→ **PROBLEM**: Reproduce exactly the lines below from the one containing "# Sketch005 →" through the one containing "# Sketch008 →", including both, and nothing else.

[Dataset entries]
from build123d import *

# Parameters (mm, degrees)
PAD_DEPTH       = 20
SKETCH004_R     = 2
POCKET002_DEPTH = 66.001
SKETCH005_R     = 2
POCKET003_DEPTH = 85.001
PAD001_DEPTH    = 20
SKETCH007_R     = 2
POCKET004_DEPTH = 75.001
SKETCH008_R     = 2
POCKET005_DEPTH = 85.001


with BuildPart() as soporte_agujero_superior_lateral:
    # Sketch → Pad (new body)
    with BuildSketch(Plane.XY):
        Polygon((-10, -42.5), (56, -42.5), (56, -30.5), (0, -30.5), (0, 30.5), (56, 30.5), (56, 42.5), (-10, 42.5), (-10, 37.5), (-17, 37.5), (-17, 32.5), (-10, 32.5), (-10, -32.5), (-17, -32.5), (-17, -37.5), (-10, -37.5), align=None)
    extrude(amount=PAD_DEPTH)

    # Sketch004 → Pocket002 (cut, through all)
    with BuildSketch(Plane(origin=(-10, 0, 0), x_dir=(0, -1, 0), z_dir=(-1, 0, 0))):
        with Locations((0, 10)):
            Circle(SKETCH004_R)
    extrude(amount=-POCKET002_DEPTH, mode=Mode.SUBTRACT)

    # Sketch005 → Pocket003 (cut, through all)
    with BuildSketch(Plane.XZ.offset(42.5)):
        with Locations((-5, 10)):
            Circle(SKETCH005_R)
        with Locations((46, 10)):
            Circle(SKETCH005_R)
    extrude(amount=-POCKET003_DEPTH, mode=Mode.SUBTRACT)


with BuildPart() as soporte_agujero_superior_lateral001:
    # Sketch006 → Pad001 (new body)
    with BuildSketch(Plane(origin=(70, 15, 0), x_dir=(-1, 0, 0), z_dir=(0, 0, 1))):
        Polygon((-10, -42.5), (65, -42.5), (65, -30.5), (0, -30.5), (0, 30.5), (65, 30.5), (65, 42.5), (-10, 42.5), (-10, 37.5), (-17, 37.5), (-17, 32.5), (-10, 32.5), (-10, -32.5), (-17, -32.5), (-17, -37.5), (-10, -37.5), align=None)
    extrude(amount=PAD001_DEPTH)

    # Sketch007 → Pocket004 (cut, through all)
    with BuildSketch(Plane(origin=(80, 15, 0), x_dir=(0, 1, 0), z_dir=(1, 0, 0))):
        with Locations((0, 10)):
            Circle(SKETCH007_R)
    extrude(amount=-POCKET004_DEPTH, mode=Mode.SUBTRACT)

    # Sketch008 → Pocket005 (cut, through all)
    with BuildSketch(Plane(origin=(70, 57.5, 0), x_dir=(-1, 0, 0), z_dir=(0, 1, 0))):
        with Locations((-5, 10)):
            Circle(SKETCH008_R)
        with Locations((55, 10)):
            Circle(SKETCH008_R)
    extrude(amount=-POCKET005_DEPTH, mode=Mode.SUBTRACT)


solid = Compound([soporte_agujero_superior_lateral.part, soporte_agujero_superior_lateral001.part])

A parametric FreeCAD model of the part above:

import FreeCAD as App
import Part
import Sketcher
from FreeCAD import Vector


def add_polygon(sketch, points):
    """Adds a closed chain of lines whose ends are joined by coincident constraints."""
    first, n = sketch.GeometryCount, len(points)
    for a, b in zip(points, points[1:] + points[:1]):
        sketch.addGeometry(Part.LineSegment(App.Vector(*a, 0), App.Vector(*b, 0)), False)
    for i in range(n):
        sketch.addConstraint(Sketcher.Constraint("Coincident", first + i, 2, first + (i + 1) % n, 1))

doc = App.newDocument("Part")
body = doc.addObject("PartDesign::Body", "Body")

# Sketch on XY plane
sketch1 = body.newObject("Sketcher::SketchObject", "Sketch")
sketch1.AttachmentSupport = (doc.getObject("XY_Plane"), [""])
sketch1.MapMode = "FlatFace"
add_polygon(sketch1, [(-10, -42), (56, -42), (56, -30), (0, -30), (0, 30), (56, 30), (56, 42), (-10, 42), (-10, 38), (-17, 38), (-17, 32), (-10, 32), (-10, -32), (-17, -32), (-17, -38), (-10, -38)])  # lines 0-15
sketch1.addConstraint([
    Sketcher.Constraint("Horizontal", 0),
    Sketcher.Constraint("Vertical", 1),
    Sketcher.Constraint("Horizontal", 2),
    Sketcher.Constraint("Vertical", 3),
    Sketcher.Constraint("Horizontal", 4),
    Sketcher.Constraint("Vertical", 5),
    Sketcher.Constraint("Horizontal", 6),
    Sketcher.Constraint("Vertical", 7),
    Sketcher.Constraint("Horizontal", 8),
    Sketcher.Constraint("Vertical", 9),
    Sketcher.Constraint("Horizontal", 10),
    Sketcher.Constraint("Vertical", 11),
    Sketcher.Constraint("Horizontal", 12),
    Sketcher.Constraint("Vertical", 13),
    Sketcher.Constraint("Horizontal", 14),
    Sketcher.Constraint("Vertical", 15),
    Sketcher.Constraint("Symmetric", 2, 2, 3, 2, -1, 1),
    Sketcher.Constraint("Symmetric", 0, 2, 5, 2, -1),
    Sketcher.Constraint("Symmetric", 9, 2, 12, 2, -1),
    Sketcher.Constraint("Symmetric", 7, 2, 14, 2, -1),
    Sketcher.Constraint("Vertical", 7, 2, 10, 2),
    Sketcher.Constraint("Equal", 7, 9),
    Sketcher.Constraint("DistanceX", 0, 1, 0, 2, 66.0),
    Sketcher.Constraint("DistanceX", 2, 2, 2, 1, 56.0),
    Sketcher.Constraint("DistanceX", 8, 2, 8, 1, 7.0),
    Sketcher.Constraint("DistanceY", 1, 1, 1, 2, 12.0),
    Sketcher.Constraint("DistanceY", 3, 1, 3, 2, 61.0),
    Sketcher.Constraint("DistanceY", 7, 2, 7, 1, 5.0),
])
pad1 = body.newObject("PartDesign::Pad", "Pad")
pad1.Profile = sketch1
pad1.Length = 20

# Sketch on YZ plane
sketch2 = body.newObject("Sketcher::SketchObject", "Sketch001")
sketch2.AttachmentSupport = (doc.getObject("YZ_Plane"), [""])
sketch2.MapMode = "FlatFace"
sketch2.AttachmentOffset = App.Placement(Vector(0, 0, -10), App.Rotation())
sketch2.addGeometry(Part.Circle(Vector(0, 10, 0), Vector(0, 0, 1), 2), False)
sketch2.addConstraint([
    Sketcher.Constraint("PointOnObject", 0, 3, -2),
    Sketcher.Constraint("Diameter", 0, 4.0),
    Sketcher.Constraint("DistanceY", -1, 1, 0, 3, 10.0),
])
pocket1 = body.newObject("PartDesign::Pocket", "Pocket")
pocket1.Profile = sketch2
pocket1.Type = "ThroughAll"
pocket1.Reversed = True

# Sketch on XZ plane
sketch3 = body.newObject("Sketcher::SketchObject", "Sketch002")
sketch3.AttachmentSupport = (doc.getObject("XZ_Plane"), [""])
sketch3.MapMode = "FlatFace"
sketch3.AttachmentOffset = App.Placement(Vector(0, 0, 42.5), App.Rotation())
sketch3.addGeometry([
    Part.Circle(Vector(-5, 10, 0), Vector(0, 0, 1), 2),
    Part.Circle(Vector(46, 10, 0), Vector(0, 0, 1), 2),
], False)
sketch3.addConstraint([
    Sketcher.Constraint("Equal", 0, 1),
    Sketcher.Constraint("Horizontal", 0, 3, 1, 3),
    Sketcher.Constraint("Diameter", 0, 4.0),
    Sketcher.Constraint("DistanceX", 0, 3, -1, 1, 5.0),
    Sketcher.Constraint("DistanceY", -1, 1, 0, 3, 10.0),
    Sketcher.Constraint("DistanceX", -1, 1, 1, 3, 46.0),
])
pocket2 = body.newObject("PartDesign::Pocket", "Pocket001")
pocket2.Profile = sketch3
pocket2.Type = "ThroughAll"
body2 = doc.addObject("PartDesign::Body", "Body001")

# Sketch on XY plane
sketch4 = body2.newObject("Sketcher::SketchObject", "Sketch003")
sketch4.AttachmentSupport = (doc.getObject("XY_Plane001"), [""])
sketch4.MapMode = "FlatFace"
add_polygon(sketch4, [(80, 58), (5, 58), (5, 46), (70, 46), (70, -16), (5, -16), (5, -28), (80, -28), (80, -22), (87, -22), (87, -18), (80, -18), (80, 48), (87, 48), (87, 52), (80, 52)])  # lines 0-15
sketch4.addConstraint([
    Sketcher.Constraint("Horizontal", 0),
    Sketcher.Constraint("Vertical", 1),
    Sketcher.Constraint("Horizontal", 2),
    Sketcher.Constraint("Vertical", 3),
    Sketcher.Constraint("Horizontal", 4),
    Sketcher.Constraint("Vertical", 5),
    Sketcher.Constraint("Horizontal", 6),
    Sketcher.Constraint("Vertical", 7),
    Sketcher.Constraint("Horizontal", 8),
    Sketcher.Constraint("Vertical", 9),
    Sketcher.Constraint("Horizontal", 10),
    Sketcher.Constraint("Vertical", 11),
    Sketcher.Constraint("Horizontal", 12),
    Sketcher.Constraint("Vertical", 13),
    Sketcher.Constraint("Horizontal", 14),
    Sketcher.Constraint("Vertical", 15),
    Sketcher.Constraint("Vertical", 1, 2, 4, 2),
    Sketcher.Constraint("Vertical", 7, 2, 10, 2),
    Sketcher.Constraint("Vertical", 9, 2, 12, 2),
    Sketcher.Constraint("Vertical", 11, 2, 14, 2),
    Sketcher.Constraint("Equal", 1, 5),
    Sketcher.Constraint("Equal", 7, 9),
    Sketcher.Constraint("Equal", 4, 11),
    Sketcher.Constraint("Equal", 9, 13),
    Sketcher.Constraint("Equal", 13, 15),
    Sketcher.Constraint("DistanceX", 0, 2, 0, 1, 75.0),
    Sketcher.Constraint("DistanceX", 2, 1, 2, 2, 65.0),
    Sketcher.Constraint("DistanceX", 8, 1, 8, 2, 7.0),
    Sketcher.Constraint("DistanceY", 1, 2, 1, 1, 12.0),
    Sketcher.Constraint("DistanceY", 3, 2, 3, 1, 61.0),
    Sketcher.Constraint("DistanceX", -1, 1, 0, 2, 5.0),
    Sketcher.Constraint("DistanceY", -1, 1, 0, 2, 57.5),
])
pad2 = body2.newObject("PartDesign::Pad", "Pad001")
pad2.Profile = sketch4
pad2.Length = 20

# Sketch on YZ plane
sketch5 = body2.newObject("Sketcher::SketchObject", "Sketch004")
sketch5.AttachmentSupport = (doc.getObject("YZ_Plane001"), [""])
sketch5.MapMode = "FlatFace"
sketch5.AttachmentOffset = App.Placement(Vector(0, 0, 80), App.Rotation())
sketch5.addGeometry(Part.Circle(Vector(15, 10, 0), Vector(0, 0, 1), 2), False)
sketch5.addConstraint([
    Sketcher.Constraint("Diameter", 0, 4.0),
    Sketcher.Constraint("DistanceX", -1, 1, 0, 3, 15.0),
    Sketcher.Constraint("DistanceY", -1, 1, 0, 3, 10.0),
])
pocket3 = body2.newObject("PartDesign::Pocket", "Pocket002")
pocket3.Profile = sketch5
pocket3.Type = "ThroughAll"

# Sketch on XZ plane
sketch6 = body2.newObject("Sketcher::SketchObject", "Sketch005")
sketch6.AttachmentSupport = (doc.getObject("XZ_Plane001"), [""])
sketch6.MapMode = "FlatFace"
sketch6.AttachmentOffset = App.Placement(Vector(0, 0, -57.5), App.Rotation())
sketch6.addGeometry([
    Part.Circle(Vector(75, 10, 0), Vector(0, 0, 1), 2),
    Part.Circle(Vector(15, 10, 0), Vector(0, 0, 1), 2),
], False)
sketch6.addConstraint([
    Sketcher.Constraint("Equal", 0, 1),
    Sketcher.Constraint("Horizontal", 0, 3, 1, 3),
    Sketcher.Constraint("Diameter", 0, 4.0),
    Sketcher.Constraint("DistanceX", -1, 1, 0, 3, 75.0),
    Sketcher.Constraint("DistanceY", -1, 1, 0, 3, 10.0),
    Sketcher.Constraint("DistanceX", -1, 1, 1, 3, 15.0),
])
pocket4 = body2.newObject("PartDesign::Pocket", "Pocket003")
pocket4.Profile = sketch6
pocket4.Type = "ThroughAll"
pocket4.Reversed = True

doc.recompute()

→ **SOLUTION BELOW**:
    # Sketch005 → Pocket003 (cut, through all)
    with BuildSketch(Plane.XZ.offset(42.5)):
        with Locations((-5, 10)):
            Circle(SKETCH005_R)
        with Locations((46, 10)):
            Circle(SKETCH005_R)
    extrude(amount=-POCKET003_DEPTH, mode=Mode.SUBTRACT)


with BuildPart() as soporte_agujero_superior_lateral001:
    # Sketch006 → Pad001 (new body)
    with BuildSketch(Plane(origin=(70, 15, 0), x_dir=(-1, 0, 0), z_dir=(0, 0, 1))):
        Polygon((-10, -42.5), (65, -42.5), (65, -30.5), (0, -30.5), (0, 30.5), (65, 30.5), (65, 42.5), (-10, 42.5), (-10, 37.5), (-17, 37.5), (-17, 32.5), (-10, 32.5), (-10, -32.5), (-17, -32.5), (-17, -37.5), (-10, -37.5), align=None)
    extrude(amount=PAD001_DEPTH)

    # Sketch007 → Pocket004 (cut, through all)
    with BuildSketch(Plane(origin=(80, 15, 0), x_dir=(0, 1, 0), z_dir=(1, 0, 0))):
        with Locations((0, 10)):
            Circle(SKETCH007_R)
    extrude(amount=-POCKET004_DEPTH, mode=Mode.SUBTRACT)

    # Sketch008 → Pocket005 (cut, through all)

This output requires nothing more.